Overfeeding and rotting food can stink, but generally an aquarium won't smell if you have a more-than-adequate sized filter with carbon, and keep your water clean.


----------



## dprUsh83 (Sep 11, 2006)

Been sailing smooth for a little while now, thank you though! :wink:


----------



## Nick (Aug 2, 2006)

I see you hav 2 clown loaches in a 10 gallon tank!!!!!!!! I would remove them ASAP and put them in the 30 gallon. 30 gallons still isnt enough but its better than 10!


----------



## dprUsh83 (Sep 11, 2006)

flattrack23 said:


> I see you hav 2 clown loaches in a 10 gallon tank!!!!!!!! I would remove them ASAP and put them in the 30 gallon. 30 gallons still isnt enough but its better than 10!

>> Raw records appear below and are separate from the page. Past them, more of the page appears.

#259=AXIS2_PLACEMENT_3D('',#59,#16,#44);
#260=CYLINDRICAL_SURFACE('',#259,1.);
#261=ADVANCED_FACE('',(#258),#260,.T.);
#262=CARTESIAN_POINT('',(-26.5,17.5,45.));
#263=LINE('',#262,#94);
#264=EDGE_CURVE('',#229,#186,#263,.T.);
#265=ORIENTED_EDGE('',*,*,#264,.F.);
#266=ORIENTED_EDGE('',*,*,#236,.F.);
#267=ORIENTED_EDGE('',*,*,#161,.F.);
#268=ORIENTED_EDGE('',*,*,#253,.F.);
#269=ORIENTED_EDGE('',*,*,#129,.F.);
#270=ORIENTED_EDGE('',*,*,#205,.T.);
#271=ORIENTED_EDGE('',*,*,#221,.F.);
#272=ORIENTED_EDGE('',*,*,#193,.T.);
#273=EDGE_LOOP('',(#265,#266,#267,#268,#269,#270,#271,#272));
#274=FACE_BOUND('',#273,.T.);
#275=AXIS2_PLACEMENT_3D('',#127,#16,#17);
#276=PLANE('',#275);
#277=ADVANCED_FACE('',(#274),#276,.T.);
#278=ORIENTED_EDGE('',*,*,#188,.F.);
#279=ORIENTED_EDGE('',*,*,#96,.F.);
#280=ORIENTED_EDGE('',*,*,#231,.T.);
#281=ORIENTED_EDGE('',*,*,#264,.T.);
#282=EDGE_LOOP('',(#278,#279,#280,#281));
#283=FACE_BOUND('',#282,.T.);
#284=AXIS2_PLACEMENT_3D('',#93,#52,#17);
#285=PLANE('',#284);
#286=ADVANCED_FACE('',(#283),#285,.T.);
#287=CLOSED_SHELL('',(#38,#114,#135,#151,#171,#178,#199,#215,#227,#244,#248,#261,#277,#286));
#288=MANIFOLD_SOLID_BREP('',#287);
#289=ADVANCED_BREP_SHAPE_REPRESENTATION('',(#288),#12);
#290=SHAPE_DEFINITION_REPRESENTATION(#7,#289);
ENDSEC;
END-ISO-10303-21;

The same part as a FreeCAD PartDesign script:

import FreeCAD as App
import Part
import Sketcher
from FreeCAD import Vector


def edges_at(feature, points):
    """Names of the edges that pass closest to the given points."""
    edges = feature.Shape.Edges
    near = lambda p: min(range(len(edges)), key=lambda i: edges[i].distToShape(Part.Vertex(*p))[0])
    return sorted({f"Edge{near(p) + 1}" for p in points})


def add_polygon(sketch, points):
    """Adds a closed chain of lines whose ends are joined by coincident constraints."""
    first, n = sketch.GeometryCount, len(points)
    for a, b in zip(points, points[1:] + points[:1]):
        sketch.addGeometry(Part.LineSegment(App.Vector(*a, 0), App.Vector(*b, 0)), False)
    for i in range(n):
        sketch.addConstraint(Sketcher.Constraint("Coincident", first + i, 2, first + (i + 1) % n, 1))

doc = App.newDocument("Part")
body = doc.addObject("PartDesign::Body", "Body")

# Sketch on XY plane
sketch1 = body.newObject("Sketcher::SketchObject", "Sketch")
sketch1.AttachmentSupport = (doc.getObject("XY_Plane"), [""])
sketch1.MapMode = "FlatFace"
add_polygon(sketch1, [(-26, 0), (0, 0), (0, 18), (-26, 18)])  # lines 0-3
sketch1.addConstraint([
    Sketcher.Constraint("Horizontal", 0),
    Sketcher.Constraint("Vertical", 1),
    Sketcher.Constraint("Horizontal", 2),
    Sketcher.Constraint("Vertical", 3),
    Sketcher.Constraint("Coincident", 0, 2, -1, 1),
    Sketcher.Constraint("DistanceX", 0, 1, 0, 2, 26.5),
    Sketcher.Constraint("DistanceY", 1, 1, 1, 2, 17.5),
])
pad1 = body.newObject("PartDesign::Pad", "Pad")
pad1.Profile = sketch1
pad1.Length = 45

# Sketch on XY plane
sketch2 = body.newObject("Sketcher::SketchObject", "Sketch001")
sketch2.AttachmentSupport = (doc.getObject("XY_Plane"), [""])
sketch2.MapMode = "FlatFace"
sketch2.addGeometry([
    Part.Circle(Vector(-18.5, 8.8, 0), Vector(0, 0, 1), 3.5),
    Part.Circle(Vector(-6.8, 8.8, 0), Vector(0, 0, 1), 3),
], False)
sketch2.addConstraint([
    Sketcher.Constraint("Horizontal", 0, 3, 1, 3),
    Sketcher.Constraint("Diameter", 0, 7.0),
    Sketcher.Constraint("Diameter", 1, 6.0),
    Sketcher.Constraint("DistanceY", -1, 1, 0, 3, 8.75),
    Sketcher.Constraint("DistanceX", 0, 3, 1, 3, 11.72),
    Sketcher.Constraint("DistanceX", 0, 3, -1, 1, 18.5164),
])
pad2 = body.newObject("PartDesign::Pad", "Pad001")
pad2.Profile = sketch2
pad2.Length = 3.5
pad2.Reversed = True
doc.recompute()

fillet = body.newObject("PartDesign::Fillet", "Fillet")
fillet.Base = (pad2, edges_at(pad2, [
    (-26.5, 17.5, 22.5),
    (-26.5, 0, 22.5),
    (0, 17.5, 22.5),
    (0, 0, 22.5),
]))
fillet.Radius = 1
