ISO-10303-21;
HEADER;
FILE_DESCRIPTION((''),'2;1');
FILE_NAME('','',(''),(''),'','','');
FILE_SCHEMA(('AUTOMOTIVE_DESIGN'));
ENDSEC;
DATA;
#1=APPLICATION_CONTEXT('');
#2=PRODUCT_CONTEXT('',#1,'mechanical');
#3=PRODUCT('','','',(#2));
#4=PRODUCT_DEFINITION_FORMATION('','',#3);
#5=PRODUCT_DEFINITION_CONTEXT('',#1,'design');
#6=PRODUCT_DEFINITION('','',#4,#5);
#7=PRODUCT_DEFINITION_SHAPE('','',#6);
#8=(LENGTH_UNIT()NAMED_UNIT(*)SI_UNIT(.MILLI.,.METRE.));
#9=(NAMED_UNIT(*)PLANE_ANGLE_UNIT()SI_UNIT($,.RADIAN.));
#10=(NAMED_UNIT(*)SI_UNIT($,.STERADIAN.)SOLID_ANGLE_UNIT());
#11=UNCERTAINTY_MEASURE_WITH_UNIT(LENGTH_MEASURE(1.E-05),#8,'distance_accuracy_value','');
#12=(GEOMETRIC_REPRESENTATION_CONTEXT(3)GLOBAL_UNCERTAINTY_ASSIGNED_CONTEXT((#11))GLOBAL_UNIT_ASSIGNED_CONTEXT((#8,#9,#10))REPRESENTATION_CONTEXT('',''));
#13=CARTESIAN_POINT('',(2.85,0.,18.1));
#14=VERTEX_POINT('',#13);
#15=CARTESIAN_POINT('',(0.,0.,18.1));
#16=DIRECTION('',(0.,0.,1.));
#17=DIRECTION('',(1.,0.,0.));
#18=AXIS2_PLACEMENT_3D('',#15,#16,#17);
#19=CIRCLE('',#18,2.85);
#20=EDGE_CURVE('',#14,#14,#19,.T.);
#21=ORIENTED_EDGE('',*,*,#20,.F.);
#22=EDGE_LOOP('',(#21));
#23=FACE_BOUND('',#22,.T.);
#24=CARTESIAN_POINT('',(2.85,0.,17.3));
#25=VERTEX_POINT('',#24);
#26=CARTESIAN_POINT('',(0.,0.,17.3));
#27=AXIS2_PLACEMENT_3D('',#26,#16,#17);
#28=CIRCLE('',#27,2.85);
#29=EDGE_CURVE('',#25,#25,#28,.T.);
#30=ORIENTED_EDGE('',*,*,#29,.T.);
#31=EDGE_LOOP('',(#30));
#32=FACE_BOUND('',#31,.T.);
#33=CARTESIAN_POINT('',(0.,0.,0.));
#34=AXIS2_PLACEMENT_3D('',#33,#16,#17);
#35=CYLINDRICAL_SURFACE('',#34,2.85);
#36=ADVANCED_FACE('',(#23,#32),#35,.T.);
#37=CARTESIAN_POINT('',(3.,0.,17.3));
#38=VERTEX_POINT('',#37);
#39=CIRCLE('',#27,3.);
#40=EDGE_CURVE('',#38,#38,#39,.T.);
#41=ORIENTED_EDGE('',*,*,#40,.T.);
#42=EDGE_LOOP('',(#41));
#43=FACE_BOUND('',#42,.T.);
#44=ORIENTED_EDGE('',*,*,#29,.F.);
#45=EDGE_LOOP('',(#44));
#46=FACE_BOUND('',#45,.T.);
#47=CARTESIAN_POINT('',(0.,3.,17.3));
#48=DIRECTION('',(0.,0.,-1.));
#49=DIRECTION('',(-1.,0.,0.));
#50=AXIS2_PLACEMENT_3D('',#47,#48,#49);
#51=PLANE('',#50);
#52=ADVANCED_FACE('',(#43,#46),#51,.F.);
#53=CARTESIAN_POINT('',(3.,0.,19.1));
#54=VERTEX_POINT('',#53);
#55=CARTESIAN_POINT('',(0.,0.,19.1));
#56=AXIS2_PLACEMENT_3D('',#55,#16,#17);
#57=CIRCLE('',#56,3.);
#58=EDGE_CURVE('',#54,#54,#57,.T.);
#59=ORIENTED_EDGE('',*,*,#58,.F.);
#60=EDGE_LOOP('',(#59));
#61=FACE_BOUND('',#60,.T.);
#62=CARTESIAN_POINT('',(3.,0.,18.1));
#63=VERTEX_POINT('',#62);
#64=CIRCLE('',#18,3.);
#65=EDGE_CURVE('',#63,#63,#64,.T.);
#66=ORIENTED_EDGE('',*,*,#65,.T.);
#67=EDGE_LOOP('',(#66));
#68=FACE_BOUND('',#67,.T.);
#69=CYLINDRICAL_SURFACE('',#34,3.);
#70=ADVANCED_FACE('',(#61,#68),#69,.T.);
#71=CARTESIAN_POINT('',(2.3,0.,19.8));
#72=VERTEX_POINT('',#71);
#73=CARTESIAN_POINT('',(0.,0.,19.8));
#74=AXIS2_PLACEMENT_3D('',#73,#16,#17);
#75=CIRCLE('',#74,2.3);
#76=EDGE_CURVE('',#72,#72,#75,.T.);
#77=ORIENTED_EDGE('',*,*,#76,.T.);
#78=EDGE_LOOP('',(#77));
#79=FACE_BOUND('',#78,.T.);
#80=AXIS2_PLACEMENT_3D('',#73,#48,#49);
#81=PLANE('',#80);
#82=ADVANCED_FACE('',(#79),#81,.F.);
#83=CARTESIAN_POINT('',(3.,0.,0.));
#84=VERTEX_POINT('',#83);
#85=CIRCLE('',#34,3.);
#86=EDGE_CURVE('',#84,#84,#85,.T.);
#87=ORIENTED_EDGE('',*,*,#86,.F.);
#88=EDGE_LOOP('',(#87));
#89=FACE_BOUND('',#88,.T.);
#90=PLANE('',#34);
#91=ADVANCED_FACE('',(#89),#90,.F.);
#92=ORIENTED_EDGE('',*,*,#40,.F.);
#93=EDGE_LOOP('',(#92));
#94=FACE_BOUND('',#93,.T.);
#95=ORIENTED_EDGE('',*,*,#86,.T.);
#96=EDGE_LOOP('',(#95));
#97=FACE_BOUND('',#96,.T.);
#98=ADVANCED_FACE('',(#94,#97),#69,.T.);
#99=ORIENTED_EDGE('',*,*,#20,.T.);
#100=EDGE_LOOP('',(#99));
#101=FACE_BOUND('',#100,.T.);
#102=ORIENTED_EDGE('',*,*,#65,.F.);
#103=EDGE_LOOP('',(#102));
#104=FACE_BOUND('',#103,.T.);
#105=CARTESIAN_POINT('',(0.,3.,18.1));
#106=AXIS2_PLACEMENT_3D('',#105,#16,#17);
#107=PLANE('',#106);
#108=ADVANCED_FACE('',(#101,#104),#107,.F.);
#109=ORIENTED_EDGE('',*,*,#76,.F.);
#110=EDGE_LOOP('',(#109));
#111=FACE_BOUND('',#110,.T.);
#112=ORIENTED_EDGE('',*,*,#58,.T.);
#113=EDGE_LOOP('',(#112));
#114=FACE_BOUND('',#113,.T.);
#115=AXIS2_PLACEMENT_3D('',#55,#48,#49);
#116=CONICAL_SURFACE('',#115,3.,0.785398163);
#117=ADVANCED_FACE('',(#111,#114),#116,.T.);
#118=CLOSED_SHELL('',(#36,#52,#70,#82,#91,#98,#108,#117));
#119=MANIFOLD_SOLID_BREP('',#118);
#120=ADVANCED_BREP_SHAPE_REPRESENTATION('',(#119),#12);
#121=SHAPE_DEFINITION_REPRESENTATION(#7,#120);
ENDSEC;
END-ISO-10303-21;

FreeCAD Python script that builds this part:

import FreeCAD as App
import Part
import Sketcher
Q = App.Units.Quantity


def add_polygon(sketch, points):
    """Adds a closed chain of lines whose ends are joined by coincident constraints."""
    first, n = sketch.GeometryCount, len(points)
    for a, b in zip(points, points[1:] + points[:1]):
        sketch.addGeometry(Part.LineSegment(App.Vector(*a, 0), App.Vector(*b, 0)), False)
    for i in range(n):
        sketch.addConstraint(Sketcher.Constraint("Coincident", first + i, 2, first + (i + 1) % n, 1))

doc = App.newDocument("Part")
body = doc.addObject("PartDesign::Body", "Body")

# Sketch on YZ plane
sketch1 = body.newObject("Sketcher::SketchObject", "Sketch")
sketch1.AttachmentSupport = (doc.getObject("YZ_Plane"), [""])
sketch1.MapMode = "FlatFace"
add_polygon(sketch1, [(3, 18.1), (3, 19.1), (2.3, 19.8), (0, 19.8), (0, 0), (3, 0), (3, 17.3), (2.85, 17.3), (2.85, 18.1)])  # lines 0-8
sketch1.addConstraint(Sketcher.Constraint("Vertical", 0))
sketch1.addConstraint(Sketcher.Constraint("Horizontal", 2))
sketch1.addConstraint(Sketcher.Constraint("Vertical", 3))
sketch1.addConstraint(Sketcher.Constraint("Horizontal", 4))
sketch1.addConstraint(Sketcher.Constraint("Vertical", 5))
sketch1.addConstraint(Sketcher.Constraint("Horizontal", 6))
sketch1.addConstraint(Sketcher.Constraint("Vertical", 7))
sketch1.addConstraint(Sketcher.Constraint("Horizontal", 8))
sketch1.addConstraint(Sketcher.Constraint("Coincident", 3, 2, -1, 1))
sketch1.addConstraint(Sketcher.Constraint("Vertical", 0, 2, 4, 2))
sketch1.addConstraint(Sketcher.Constraint("DistanceX", 4, 1, 4, 2, Q("3 mm")))
sketch1.addConstraint(Sketcher.Constraint("DistanceY", 0, 1, 0, 2, Q("1 mm")))
sketch1.addConstraint(Sketcher.Constraint("Angle", 1, Q("135 deg")))
sketch1.addConstraint(Sketcher.Constraint("DistanceX", 2, 2, 2, 1, Q("2.3 mm")))
sketch1.addConstraint(Sketcher.Constraint("DistanceY", 3, 2, 3, 1, Q("19.8 mm")))
sketch1.addConstraint(Sketcher.Constraint("DistanceY", 5, 1, 5, 2, Q("17.3 mm")))
sketch1.addConstraint(Sketcher.Constraint("DistanceX", 6, 2, 6, 1, Q("0.15 mm")))
revolution = body.newObject("PartDesign::Revolution", "Revolution")
revolution.Profile = sketch1
revolution.ReferenceAxis = (sketch1, ["V_Axis"])
revolution.Angle = 360

doc.recompute()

Got your message in the other thread where you said the same thing, I appreciate the advice.


----------



## jsm11482 (Aug 8, 2006)

Our tank actually smells good, I think it is the substrate that makes it smell nice and fresh (vermiculite and sand).


----------



## Tracy (Aug 4, 2006)

Nothing smelly about my aquariums (or I wouldn't want them in the house), and apparently the mature water which is high in nitrates makes great water for plants (so when you clean your aquarium, use it for your plants instead of throwing it out, because it has the 'fish fertilizer' in it.)


----------



## Andrew (Oct 24, 2006)

something wrong with your water then, something isnt being broken down by the filter maybe that is the source of the problem, or over stocking or overfeeding, or irregular water changes- algae has a potent oder maybe its that- my tank smells fresh, you know how a(this will sound weird) but when you get a new potted plant from a tropica display tank- well tht smell.

Ok i am mad- but does anyone else think algae has an almost metallic smell to it?


----------



## dprUsh83 (Sep 11, 2006)

This post date was long ago, the smell resided long ago. Appreciate the help, but it's time for this thread to finally die. :lol:


----------



## Lupin (Aug 2, 2006)

Then consider it lock.:wink2: The pic is too gruesome, dprUsh83.:blueshake:


----------